[Excerpts from a dataset]
▬▬▬▬▬▬▬▬▬▬

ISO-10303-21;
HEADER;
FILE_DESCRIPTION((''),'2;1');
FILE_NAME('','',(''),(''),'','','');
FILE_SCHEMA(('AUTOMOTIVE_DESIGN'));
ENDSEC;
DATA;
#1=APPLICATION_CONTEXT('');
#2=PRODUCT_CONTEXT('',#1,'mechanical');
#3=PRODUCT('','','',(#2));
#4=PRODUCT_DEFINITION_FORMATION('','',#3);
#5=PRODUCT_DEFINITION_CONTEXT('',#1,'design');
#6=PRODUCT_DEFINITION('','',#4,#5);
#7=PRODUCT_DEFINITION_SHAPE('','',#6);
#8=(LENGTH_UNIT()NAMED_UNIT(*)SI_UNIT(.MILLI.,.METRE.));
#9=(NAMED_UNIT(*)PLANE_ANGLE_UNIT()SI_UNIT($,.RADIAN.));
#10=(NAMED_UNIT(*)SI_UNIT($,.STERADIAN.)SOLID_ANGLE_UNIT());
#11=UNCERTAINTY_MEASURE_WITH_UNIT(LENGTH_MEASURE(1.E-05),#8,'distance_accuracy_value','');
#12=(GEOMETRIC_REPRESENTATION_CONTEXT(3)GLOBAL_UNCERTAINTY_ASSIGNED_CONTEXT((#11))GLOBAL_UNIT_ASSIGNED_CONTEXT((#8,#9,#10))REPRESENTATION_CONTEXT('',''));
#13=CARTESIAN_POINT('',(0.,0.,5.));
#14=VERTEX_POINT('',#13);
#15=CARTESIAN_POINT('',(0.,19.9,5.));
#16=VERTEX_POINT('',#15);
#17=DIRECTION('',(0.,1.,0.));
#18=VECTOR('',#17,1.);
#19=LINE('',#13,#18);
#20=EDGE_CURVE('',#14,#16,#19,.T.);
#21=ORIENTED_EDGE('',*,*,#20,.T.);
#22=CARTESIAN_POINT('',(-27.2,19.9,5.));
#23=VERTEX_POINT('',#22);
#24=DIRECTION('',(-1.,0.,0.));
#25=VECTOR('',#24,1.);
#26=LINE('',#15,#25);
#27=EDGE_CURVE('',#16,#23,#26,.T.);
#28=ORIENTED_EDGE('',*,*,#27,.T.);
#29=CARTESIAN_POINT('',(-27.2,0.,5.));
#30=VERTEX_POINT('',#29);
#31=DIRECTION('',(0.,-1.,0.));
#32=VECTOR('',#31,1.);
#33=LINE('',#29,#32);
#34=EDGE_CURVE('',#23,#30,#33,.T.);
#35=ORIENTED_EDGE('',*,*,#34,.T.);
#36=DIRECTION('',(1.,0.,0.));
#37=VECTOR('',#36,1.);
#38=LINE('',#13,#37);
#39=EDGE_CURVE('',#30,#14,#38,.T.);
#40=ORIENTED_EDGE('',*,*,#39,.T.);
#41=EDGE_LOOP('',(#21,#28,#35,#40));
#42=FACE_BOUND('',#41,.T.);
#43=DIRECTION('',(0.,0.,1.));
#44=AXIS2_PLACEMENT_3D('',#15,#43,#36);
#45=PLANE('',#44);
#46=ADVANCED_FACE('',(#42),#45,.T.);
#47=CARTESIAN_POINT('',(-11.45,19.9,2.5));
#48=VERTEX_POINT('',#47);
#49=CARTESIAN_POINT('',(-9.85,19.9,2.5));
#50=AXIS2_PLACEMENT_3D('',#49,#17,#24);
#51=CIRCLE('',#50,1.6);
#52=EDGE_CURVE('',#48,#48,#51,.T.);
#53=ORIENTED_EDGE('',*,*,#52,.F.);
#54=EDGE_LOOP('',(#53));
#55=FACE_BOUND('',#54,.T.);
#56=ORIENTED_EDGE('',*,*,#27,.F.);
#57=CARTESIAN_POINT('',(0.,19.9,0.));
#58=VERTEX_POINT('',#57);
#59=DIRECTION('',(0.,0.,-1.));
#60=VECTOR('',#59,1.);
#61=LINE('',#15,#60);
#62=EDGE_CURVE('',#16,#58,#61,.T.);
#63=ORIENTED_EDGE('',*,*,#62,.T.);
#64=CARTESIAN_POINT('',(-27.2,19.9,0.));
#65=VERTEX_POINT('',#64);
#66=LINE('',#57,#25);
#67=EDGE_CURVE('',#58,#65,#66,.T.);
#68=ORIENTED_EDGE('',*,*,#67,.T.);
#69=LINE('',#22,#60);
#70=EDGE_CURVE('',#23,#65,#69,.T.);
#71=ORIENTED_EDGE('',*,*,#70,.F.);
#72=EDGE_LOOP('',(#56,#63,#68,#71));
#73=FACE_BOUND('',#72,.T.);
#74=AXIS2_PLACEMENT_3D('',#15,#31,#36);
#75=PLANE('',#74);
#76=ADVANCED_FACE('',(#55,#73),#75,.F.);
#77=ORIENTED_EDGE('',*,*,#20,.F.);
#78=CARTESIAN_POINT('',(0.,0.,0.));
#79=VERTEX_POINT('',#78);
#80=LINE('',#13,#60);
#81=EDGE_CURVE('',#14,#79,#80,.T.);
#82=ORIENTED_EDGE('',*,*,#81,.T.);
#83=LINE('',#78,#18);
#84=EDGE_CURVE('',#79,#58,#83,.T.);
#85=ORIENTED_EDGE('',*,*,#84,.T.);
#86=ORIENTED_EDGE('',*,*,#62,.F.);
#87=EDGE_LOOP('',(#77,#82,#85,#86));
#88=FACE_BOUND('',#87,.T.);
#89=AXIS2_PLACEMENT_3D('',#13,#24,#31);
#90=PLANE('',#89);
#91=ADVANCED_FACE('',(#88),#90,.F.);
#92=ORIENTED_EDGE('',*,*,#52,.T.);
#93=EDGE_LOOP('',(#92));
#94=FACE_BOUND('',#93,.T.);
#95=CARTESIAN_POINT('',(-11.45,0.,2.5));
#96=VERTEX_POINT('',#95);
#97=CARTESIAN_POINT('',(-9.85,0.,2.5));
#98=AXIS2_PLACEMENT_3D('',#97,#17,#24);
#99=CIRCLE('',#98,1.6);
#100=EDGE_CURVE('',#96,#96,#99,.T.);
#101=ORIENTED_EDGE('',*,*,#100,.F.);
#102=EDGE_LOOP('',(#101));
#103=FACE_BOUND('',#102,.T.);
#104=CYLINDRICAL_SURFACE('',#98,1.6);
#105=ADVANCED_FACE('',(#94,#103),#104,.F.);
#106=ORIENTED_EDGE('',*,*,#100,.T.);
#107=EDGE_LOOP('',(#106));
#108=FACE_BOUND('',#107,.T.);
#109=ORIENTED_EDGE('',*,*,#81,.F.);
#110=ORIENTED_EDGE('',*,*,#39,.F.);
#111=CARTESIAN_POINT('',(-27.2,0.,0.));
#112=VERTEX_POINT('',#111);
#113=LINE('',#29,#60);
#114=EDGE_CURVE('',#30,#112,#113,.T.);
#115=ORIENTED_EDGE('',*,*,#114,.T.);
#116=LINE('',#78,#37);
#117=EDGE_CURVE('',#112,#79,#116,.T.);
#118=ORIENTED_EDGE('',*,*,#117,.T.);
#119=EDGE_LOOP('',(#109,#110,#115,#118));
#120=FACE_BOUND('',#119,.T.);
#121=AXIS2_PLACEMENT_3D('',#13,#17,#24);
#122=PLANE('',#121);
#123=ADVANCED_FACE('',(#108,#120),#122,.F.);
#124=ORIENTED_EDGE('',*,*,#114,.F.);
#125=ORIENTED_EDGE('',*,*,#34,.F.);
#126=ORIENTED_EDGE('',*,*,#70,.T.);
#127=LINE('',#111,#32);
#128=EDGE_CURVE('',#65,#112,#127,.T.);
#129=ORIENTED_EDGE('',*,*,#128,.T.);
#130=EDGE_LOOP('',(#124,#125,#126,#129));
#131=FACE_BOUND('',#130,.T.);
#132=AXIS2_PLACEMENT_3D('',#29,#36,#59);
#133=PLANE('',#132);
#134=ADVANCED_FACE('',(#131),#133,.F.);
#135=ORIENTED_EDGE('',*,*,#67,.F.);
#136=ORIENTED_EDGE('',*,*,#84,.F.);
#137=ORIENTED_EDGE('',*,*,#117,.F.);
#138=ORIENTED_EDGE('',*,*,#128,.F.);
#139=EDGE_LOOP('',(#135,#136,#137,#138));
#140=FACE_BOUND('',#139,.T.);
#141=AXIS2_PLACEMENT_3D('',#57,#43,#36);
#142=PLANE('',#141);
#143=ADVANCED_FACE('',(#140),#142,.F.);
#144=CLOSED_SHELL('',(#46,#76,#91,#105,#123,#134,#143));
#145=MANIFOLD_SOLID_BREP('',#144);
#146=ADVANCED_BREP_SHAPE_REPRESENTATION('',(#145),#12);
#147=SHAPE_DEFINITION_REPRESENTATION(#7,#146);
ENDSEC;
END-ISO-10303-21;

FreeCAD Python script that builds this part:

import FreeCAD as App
import Part
import Sketcher

V = App.Vector


def add_polygon(sketch, points):
    """Adds a closed chain of lines whose ends are joined by coincident constraints."""
    first, n = sketch.GeometryCount, len(points)
    for a, b in zip(points, points[1:] + points[:1]):
        sketch.addGeometry(Part.LineSegment(App.Vector(*a, 0), App.Vector(*b, 0)), False)
    for i in range(n):
        sketch.addConstraint(Sketcher.Constraint("Coincident", first + i, 2, first + (i + 1) % n, 1))

doc = App.newDocument("Part")
body = doc.addObject("PartDesign::Body", "Body")

sketch1 = body.newObject("Sketcher::SketchObject", "Sketch")
sketch1.AttachmentSupport = (doc.getObject("XY_Plane"), [""])
sketch1.MapMode = "FlatFace"
add_polygon(sketch1, [(-27.2, 19.9), (-27.2, 0), (0, 0), (0, 19.9)])
sketch1.addConstraint([
    Sketcher.Constraint("Vertical", 0),
    Sketcher.Constraint("Horizontal", 1),
    Sketcher.Constraint("Vertical", 2),
    Sketcher.Constraint("Horizontal", 3),
    Sketcher.Constraint("Coincident", 1, 2, -1, 1),
    Sketcher.Constraint("DistanceX", 1, 1, 1, 2, 27.2),
    Sketcher.Constraint("DistanceY", 0, 2, 0, 1, 19.9),
])
pad1 = body.newObject("PartDesign::Pad", "Pad")
pad1.Profile = sketch1
pad1.Length = 5

sketch2 = body.newObject("Sketcher::SketchObject", "Sketch001")
sketch2.AttachmentSupport = (doc.getObject("XZ_Plane"), [""])
sketch2.MapMode = "FlatFace"
sketch2.AttachmentOffset = App.Placement(V(0, 0, -19.9), App.Rotation())
sketch2.addGeometry(Part.Circle(V(-9.85, 2.5, 0), V(0, 0, 1), 1.6), False)
sketch2.addConstraint([
    Sketcher.Constraint("Diameter", 0, 3.2),
    Sketcher.Constraint("DistanceY", -1, 1, 0, 3, 2.5),
    Sketcher.Constraint("DistanceX", 0, 3, -1, 1, 9.85),
])
pocket1 = body.newObject("PartDesign::Pocket", "Pocket")
pocket1.Profile = sketch2
pocket1.Type = "ThroughAll"
pocket1.Reversed = True

doc.recompute()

▬▬▬▬▬▬▬▬▬▬

Copy the lines that hold the word "DIRECTION". Take them from the records above.

#17=DIRECTION('',(0.,1.,0.));
#24=DIRECTION('',(-1.,0.,0.));
#31=DIRECTION('',(0.,-1.,0.));
#36=DIRECTION('',(1.,0.,0.));
#43=DIRECTION('',(0.,0.,1.));
#59=DIRECTION('',(0.,0.,-1.));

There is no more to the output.